Unleashing the Power of Diffusion Priors for Consistent Geometry Estimation
- GeometryCrafter introduces a novel framework that recovers high-fidelity point map sequences with temporal coherence from open-world videos, enabling accurate 3D/4D reconstruction and depth-based applications.
- The core of GeometryCrafter lies in a point map Variational Autoencoder (VAE) that learns a latent space agnostic to video latent distributions, facilitating effective encoding and decoding of point maps.
- Extensive evaluations demonstrate that GeometryCrafter achieves state-of-the-art 3D accuracy, temporal consistency, and generalization capability, outperforming prior methods in performance and generalization.

In the realm of video depth estimation, remarkable advancements have been made, yet existing methods still grapple with inherent limitations in achieving geometric fidelity through affine-invariant predictions. These limitations hinder their applicability in reconstruction and other metrically grounded downstream tasks. However, a groundbreaking solution has emerged in the form of GeometryCrafter, a novel framework that promises to revolutionize the field of 3D reconstruction from open-world videos.
At the heart of GeometryCrafter lies a point map Variational Autoencoder (VAE) that learns a latent space agnostic to video latent distributions. This innovative approach enables effective encoding and decoding of point maps, overcoming the challenges posed by unbounded point map values. By leveraging the VAE, GeometryCrafter trains a video diffusion model to model the distribution of point map sequences conditioned on the input videos, ensuring temporal coherence and high-fidelity reconstruction.

One of the key strengths of GeometryCrafter is its ability to facilitate a wide range of downstream applications. From accurate 3D/4D reconstruction to camera parameter estimation and depth-based video editing or generation, GeometryCrafter opens up new possibilities for researchers and practitioners alike. Its decoupled point map representation eliminates the location-dependent characteristics of point maps, enhancing robustness to resolutions and aspect ratios, further expanding its applicability.
To achieve these remarkable results, GeometryCrafter employs a dual-encoder design within the point map VAE. The native encoder, inherited from SVD, captures normalized disparity maps, while a residual encoder embeds remaining information as an offset. This approach preserves the original latent space by regulating the latents via the original decoder, enabling the utilization of pretrained diffusion priors. The point map decoder then recovers the final point maps from the latent codes, ensuring accurate and high-quality reconstruction.

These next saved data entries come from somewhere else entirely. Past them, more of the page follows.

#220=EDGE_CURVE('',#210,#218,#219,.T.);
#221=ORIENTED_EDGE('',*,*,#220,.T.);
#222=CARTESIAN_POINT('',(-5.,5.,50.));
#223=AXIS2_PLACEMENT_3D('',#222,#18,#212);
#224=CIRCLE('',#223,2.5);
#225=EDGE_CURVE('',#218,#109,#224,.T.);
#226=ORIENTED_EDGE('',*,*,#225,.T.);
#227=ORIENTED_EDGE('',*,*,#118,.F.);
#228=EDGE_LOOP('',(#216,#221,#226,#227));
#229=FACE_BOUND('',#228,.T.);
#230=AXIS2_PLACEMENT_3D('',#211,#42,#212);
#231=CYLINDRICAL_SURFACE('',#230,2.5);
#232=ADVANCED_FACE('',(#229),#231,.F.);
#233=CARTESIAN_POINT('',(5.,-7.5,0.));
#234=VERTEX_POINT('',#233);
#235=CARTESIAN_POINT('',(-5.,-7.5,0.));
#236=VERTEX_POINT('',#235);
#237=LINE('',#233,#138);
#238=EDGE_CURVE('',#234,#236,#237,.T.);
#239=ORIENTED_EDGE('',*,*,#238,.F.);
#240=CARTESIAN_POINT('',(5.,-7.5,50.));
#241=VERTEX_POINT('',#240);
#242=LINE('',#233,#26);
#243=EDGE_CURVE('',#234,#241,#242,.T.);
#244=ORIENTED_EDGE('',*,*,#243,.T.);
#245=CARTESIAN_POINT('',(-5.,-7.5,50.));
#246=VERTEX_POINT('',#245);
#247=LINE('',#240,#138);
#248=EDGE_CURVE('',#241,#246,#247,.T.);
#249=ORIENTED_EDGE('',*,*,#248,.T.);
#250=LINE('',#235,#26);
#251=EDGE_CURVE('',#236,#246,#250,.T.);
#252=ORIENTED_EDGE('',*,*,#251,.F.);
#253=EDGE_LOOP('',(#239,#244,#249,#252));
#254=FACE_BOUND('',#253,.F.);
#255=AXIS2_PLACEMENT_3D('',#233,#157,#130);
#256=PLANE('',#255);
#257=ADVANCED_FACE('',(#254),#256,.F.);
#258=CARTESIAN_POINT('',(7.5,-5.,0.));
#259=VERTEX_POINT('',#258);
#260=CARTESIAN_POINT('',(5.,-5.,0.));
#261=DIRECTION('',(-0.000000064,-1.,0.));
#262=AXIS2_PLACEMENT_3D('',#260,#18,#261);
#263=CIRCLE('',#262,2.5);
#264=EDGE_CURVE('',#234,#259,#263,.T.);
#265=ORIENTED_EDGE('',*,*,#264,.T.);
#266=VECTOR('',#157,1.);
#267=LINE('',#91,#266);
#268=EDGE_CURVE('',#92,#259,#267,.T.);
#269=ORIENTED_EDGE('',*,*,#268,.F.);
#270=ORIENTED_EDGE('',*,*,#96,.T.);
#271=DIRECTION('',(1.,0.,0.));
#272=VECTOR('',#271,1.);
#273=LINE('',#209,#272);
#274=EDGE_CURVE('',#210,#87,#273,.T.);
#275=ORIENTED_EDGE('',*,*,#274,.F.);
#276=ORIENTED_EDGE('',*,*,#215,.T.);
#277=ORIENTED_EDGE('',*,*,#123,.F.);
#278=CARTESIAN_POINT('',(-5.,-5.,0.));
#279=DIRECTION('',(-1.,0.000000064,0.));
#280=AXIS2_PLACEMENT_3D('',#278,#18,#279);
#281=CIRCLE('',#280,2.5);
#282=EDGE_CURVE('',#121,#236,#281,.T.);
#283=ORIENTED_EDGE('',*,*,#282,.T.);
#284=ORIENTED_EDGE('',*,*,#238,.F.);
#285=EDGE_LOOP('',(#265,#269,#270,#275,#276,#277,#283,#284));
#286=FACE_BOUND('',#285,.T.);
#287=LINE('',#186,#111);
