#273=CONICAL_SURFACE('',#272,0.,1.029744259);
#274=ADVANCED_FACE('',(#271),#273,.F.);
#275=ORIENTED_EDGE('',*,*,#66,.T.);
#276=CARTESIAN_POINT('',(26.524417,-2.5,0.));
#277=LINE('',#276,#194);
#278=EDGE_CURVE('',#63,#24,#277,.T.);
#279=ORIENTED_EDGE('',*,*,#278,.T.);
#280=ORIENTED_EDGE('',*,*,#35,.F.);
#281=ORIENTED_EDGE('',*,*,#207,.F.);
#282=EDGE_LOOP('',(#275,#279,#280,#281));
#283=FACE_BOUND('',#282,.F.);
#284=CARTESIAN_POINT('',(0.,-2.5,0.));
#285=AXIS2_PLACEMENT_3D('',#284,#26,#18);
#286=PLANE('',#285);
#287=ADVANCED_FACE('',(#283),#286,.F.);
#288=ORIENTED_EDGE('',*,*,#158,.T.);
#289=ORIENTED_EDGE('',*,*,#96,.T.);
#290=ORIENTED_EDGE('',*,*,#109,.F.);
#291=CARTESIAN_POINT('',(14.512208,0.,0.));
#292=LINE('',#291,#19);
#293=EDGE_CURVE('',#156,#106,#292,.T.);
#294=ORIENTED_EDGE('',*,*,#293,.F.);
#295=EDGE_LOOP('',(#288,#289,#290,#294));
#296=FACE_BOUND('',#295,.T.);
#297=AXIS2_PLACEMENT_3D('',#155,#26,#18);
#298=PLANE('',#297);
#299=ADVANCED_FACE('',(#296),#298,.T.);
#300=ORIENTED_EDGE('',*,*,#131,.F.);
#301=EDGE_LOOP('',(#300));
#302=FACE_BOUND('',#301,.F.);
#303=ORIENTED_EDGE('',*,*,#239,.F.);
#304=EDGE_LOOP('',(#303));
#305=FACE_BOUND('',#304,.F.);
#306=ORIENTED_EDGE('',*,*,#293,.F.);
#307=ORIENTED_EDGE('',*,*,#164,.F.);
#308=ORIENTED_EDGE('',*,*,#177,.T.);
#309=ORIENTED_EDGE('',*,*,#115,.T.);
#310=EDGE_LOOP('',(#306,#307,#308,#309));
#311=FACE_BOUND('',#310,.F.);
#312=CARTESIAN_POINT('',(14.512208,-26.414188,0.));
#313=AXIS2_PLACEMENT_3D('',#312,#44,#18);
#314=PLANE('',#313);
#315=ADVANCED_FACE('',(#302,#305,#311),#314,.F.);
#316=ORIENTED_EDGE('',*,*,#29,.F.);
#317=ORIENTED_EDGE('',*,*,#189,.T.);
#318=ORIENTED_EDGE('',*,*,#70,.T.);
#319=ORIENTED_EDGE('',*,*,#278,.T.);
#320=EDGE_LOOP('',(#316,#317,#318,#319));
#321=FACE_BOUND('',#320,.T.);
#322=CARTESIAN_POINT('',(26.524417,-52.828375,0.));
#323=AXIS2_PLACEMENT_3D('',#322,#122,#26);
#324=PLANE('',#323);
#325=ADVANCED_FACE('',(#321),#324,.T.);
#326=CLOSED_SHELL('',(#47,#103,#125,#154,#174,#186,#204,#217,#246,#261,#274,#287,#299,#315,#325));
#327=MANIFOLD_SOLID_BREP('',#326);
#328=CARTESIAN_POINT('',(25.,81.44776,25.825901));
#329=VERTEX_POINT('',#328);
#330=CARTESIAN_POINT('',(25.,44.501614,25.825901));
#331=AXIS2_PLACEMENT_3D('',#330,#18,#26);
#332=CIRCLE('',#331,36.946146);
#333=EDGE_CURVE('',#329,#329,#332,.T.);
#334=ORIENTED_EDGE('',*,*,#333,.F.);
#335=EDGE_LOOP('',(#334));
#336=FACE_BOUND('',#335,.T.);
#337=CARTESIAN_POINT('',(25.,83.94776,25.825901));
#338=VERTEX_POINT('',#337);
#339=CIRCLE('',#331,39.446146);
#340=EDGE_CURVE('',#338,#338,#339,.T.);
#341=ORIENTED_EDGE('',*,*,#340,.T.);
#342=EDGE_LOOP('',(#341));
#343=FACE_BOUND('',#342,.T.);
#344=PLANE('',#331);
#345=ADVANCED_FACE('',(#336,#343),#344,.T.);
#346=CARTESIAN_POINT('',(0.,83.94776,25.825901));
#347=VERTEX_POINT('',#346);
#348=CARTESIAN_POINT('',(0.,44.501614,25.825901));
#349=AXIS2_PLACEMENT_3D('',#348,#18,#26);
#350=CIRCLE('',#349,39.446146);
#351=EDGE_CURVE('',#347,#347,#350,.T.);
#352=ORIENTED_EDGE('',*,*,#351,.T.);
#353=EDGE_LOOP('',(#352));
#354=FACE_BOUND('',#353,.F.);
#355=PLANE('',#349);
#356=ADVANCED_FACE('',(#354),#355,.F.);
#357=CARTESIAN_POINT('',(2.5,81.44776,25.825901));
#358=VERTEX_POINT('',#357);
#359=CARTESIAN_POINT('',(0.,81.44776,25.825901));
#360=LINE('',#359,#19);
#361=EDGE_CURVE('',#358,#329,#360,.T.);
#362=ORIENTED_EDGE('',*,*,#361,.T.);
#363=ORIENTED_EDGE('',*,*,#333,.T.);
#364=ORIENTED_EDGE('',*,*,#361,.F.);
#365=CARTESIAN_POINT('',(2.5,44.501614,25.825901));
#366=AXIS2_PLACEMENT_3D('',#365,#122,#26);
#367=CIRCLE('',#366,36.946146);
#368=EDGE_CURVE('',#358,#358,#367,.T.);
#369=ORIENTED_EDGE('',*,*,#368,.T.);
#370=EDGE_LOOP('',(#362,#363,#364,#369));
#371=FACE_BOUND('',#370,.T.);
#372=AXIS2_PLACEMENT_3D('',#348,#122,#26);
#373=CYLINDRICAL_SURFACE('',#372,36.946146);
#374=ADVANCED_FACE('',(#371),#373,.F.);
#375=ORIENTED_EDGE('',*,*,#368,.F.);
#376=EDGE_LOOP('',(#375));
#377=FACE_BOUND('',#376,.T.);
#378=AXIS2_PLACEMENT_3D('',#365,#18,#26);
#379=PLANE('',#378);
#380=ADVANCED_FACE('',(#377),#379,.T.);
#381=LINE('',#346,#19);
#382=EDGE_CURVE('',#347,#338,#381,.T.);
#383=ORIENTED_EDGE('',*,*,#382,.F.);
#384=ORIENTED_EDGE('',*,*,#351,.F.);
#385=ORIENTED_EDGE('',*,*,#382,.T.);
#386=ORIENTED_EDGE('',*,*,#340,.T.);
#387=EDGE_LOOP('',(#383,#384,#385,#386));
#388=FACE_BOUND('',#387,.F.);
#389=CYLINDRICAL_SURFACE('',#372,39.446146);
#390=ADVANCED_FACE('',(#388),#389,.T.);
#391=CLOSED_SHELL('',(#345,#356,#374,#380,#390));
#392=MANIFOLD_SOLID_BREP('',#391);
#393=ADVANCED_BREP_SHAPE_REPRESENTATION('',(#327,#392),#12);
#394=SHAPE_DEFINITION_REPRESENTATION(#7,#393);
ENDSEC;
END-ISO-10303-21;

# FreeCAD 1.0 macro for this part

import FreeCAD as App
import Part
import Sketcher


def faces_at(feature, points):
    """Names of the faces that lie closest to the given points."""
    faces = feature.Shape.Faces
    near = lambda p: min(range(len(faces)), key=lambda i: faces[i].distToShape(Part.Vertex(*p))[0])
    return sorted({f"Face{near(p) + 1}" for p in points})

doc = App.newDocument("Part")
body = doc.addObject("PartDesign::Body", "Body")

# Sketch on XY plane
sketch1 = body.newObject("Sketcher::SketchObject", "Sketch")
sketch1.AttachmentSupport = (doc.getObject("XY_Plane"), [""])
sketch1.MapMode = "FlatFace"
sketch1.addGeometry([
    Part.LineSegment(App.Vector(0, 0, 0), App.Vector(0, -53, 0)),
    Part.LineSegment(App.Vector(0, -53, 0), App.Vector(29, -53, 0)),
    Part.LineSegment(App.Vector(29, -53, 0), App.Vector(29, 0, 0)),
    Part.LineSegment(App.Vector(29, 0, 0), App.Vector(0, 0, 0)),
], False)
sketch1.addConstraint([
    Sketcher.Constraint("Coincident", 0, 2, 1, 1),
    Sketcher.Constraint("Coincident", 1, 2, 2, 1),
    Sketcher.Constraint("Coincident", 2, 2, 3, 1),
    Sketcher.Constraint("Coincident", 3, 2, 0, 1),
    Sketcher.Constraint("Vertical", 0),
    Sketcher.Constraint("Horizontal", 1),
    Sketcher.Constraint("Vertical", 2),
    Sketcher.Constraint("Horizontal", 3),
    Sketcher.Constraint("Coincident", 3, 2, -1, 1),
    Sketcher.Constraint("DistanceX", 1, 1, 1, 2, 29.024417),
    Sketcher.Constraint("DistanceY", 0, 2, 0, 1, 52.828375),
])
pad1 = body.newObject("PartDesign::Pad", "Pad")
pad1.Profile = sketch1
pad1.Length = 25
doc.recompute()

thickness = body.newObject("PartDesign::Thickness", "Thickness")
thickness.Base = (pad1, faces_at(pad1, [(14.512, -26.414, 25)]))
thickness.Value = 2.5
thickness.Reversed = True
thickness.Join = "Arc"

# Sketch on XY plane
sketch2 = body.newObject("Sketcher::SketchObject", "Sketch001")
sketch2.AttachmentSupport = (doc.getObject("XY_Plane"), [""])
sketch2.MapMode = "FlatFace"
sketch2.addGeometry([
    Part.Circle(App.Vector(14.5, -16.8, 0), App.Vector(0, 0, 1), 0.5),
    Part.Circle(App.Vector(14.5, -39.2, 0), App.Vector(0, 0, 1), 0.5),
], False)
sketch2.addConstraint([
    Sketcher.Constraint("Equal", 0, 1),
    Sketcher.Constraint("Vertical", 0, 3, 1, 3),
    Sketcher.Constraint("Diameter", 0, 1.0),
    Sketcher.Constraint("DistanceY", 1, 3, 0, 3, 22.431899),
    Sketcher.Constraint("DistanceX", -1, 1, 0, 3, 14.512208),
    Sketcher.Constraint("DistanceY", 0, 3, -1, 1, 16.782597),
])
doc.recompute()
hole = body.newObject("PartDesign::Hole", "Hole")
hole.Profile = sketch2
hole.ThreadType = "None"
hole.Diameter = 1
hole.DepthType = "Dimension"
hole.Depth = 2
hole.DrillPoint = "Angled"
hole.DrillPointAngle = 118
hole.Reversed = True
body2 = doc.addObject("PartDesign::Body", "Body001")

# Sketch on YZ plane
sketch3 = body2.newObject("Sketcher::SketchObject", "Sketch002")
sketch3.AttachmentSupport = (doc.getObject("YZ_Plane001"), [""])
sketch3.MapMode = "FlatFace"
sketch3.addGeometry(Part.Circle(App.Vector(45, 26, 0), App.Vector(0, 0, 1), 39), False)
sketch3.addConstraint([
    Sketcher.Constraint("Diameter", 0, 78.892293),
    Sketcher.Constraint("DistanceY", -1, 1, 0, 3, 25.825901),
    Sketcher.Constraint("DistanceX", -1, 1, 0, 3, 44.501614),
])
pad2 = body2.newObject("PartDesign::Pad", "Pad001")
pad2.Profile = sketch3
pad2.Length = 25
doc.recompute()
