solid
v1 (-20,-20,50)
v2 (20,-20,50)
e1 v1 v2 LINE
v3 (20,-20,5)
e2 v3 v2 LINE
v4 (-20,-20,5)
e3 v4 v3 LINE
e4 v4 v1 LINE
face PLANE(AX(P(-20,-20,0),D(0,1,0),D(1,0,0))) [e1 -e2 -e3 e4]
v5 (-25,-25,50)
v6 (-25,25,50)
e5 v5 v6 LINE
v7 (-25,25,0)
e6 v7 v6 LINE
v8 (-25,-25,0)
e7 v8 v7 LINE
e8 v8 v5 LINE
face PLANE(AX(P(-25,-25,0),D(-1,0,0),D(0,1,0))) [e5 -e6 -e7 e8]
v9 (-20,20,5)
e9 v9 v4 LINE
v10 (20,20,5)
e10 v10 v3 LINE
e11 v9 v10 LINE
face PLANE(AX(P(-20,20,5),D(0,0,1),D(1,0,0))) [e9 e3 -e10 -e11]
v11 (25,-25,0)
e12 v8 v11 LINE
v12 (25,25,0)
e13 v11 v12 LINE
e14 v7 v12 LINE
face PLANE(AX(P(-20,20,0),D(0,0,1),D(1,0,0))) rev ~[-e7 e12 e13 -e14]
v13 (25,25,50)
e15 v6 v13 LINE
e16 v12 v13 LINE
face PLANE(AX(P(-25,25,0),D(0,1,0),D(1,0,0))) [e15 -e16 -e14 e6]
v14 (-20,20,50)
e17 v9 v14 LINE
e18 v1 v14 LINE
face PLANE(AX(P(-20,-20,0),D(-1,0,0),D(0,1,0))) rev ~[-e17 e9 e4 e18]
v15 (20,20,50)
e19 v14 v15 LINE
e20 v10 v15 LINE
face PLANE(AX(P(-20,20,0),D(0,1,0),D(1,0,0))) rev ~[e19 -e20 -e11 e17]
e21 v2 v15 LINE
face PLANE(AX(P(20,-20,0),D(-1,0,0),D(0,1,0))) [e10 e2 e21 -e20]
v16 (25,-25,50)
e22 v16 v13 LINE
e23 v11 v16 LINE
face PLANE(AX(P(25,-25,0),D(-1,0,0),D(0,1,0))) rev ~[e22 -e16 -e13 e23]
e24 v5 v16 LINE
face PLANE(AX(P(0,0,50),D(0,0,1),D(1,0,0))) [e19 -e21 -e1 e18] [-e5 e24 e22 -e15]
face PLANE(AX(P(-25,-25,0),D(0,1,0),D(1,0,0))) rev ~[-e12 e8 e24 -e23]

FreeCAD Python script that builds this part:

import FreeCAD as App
import Part
import Sketcher

V = App.Vector
Q = App.Units.Quantity

doc = App.newDocument("Part")
body = doc.addObject("PartDesign::Body", "Body")

# Sketch on XY plane
sketch1 = body.newObject("Sketcher::SketchObject", "Sketch")
sketch1.AttachmentSupport = (doc.getObject("XY_Plane"), [""])
sketch1.MapMode = "FlatFace"
sketch1.addGeometry(Part.LineSegment(V(-25, 25, 0), V(-25, -25, 0)), False)
sketch1.addGeometry(Part.LineSegment(V(-25, -25, 0), V(25, -25, 0)), False)
sketch1.addGeometry(Part.LineSegment(V(25, -25, 0), V(25, 25, 0)), False)
sketch1.addGeometry(Part.LineSegment(V(25, 25, 0), V(-25, 25, 0)), False)
sketch1.addGeometry(Part.LineSegment(V(20, -20, 0), V(-20, -20, 0)), False)
sketch1.addGeometry(Part.LineSegment(V(-20, -20, 0), V(-20, 20, 0)), False)
sketch1.addGeometry(Part.LineSegment(V(-20, 20, 0), V(20, 20, 0)), False)
sketch1.addGeometry(Part.LineSegment(V(20, 20, 0), V(20, -20, 0)), False)
sketch1.addConstraint(Sketcher.Constraint("Coincident", 0, 2, 1, 1))
sketch1.addConstraint(Sketcher.Constraint("Coincident", 1, 2, 2, 1))
sketch1.addConstraint(Sketcher.Constraint("Coincident", 2, 2, 3, 1))
sketch1.addConstraint(Sketcher.Constraint("Coincident", 3, 2, 0, 1))
sketch1.addConstraint(Sketcher.Constraint("Coincident", 4, 2, 5, 1))
sketch1.addConstraint(Sketcher.Constraint("Coincident", 5, 2, 6, 1))
sketch1.addConstraint(Sketcher.Constraint("Coincident", 6, 2, 7, 1))
sketch1.addConstraint(Sketcher.Constraint("Coincident", 7, 2, 4, 1))
sketch1.addConstraint(Sketcher.Constraint("Vertical", 0))
sketch1.addConstraint(Sketcher.Constraint("Horizontal", 1))
sketch1.addConstraint(Sketcher.Constraint("Vertical", 2))
sketch1.addConstraint(Sketcher.Constraint("Horizontal", 3))
sketch1.addConstraint(Sketcher.Constraint("Horizontal", 4))
sketch1.addConstraint(Sketcher.Constraint("Vertical", 5))
sketch1.addConstraint(Sketcher.Constraint("Horizontal", 6))
sketch1.addConstraint(Sketcher.Constraint("Vertical", 7))
sketch1.addConstraint(Sketcher.Constraint("Symmetric", 0, 2, 2, 2, -1, 1))
sketch1.addConstraint(Sketcher.Constraint("Symmetric", 4, 2, 6, 2, -1, 1))
sketch1.addConstraint(Sketcher.Constraint("Equal", 3, 0))
sketch1.addConstraint(Sketcher.Constraint("Equal", 6, 5))
sketch1.addConstraint(Sketcher.Constraint("DistanceX", 1, 1, 1, 2, Q("50 mm")))
sketch1.addConstraint(Sketcher.Constraint("DistanceX", 4, 2, 4, 1, Q("40 mm")))
pad1 = body.newObject("PartDesign::Pad", "Pad")
pad1.Profile = sketch1
pad1.Length = 50

# Sketch on XZ plane
sketch2 = body.newObject("Sketcher::SketchObject", "Sketch001")
sketch2.AttachmentSupport = (doc.getObject("XZ_Plane"), [""])
sketch2.MapMode = "FlatFace"
sketch2.AttachmentOffset = App.Placement(V(0, 0, -20), App.Rotation())
sketch2.addGeometry(Part.LineSegment(V(-20, 5, 0), V(-20, 0, 0)), False)
sketch2.addGeometry(Part.LineSegment(V(-20, 0, 0), V(20, 0, 0)), False)
sketch2.addGeometry(Part.LineSegment(V(20, 0, 0), V(20, 5, 0)), False)
sketch2.addGeometry(Part.LineSegment(V(20, 5, 0), V(-20, 5, 0)), False)
sketch2.addConstraint(Sketcher.Constraint("Coincident", 0, 2, 1, 1))
sketch2.addConstraint(Sketcher.Constraint("Coincident", 1, 2, 2, 1))
sketch2.addConstraint(Sketcher.Constraint("Coincident", 2, 2, 3, 1))
sketch2.addConstraint(Sketcher.Constraint("Coincident", 3, 2, 0, 1))
sketch2.addConstraint(Sketcher.Constraint("Vertical", 0))
sketch2.addConstraint(Sketcher.Constraint("Horizontal", 1))
sketch2.addConstraint(Sketcher.Constraint("Vertical", 2))
sketch2.addConstraint(Sketcher.Constraint("Horizontal", 3))
sketch2.addConstraint(Sketcher.Constraint("Symmetric", 0, 2, 1, 2, -1, 1))
sketch2.addConstraint(Sketcher.Constraint("DistanceX", 1, 1, 1, 2, Q("40 mm")))
sketch2.addConstraint(Sketcher.Constraint("DistanceY", 0, 2, 0, 1, Q("5 mm")))
pad2 = body.newObject("PartDesign::Pad", "Pad001")
pad2.Profile = sketch2
pad2.Length = 40

doc.recompute()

Extensive evaluations on diverse datasets have demonstrated that GeometryCrafter outperforms prior methods in terms of 3D accuracy, temporal consistency, and generalization capability. Its ability to handle open-world videos, where the content and camera motion are unconstrained, sets it apart from existing approaches. However, it is worth noting that GeometryCrafter’s main limitation lies in its relatively high computational and memory overhead due to the large model size.
GeometryCrafter holds immense potential for transforming the way we approach 3D reconstruction and depth-based applications. Its ability to recover high-fidelity point map sequences with temporal coherence from open-world videos opens up new avenues for research and innovation. Whether it’s in the realm of virtual reality, autonomous navigation, or content creation, GeometryCrafter is poised to make a significant impact on the field of computer vision and beyond.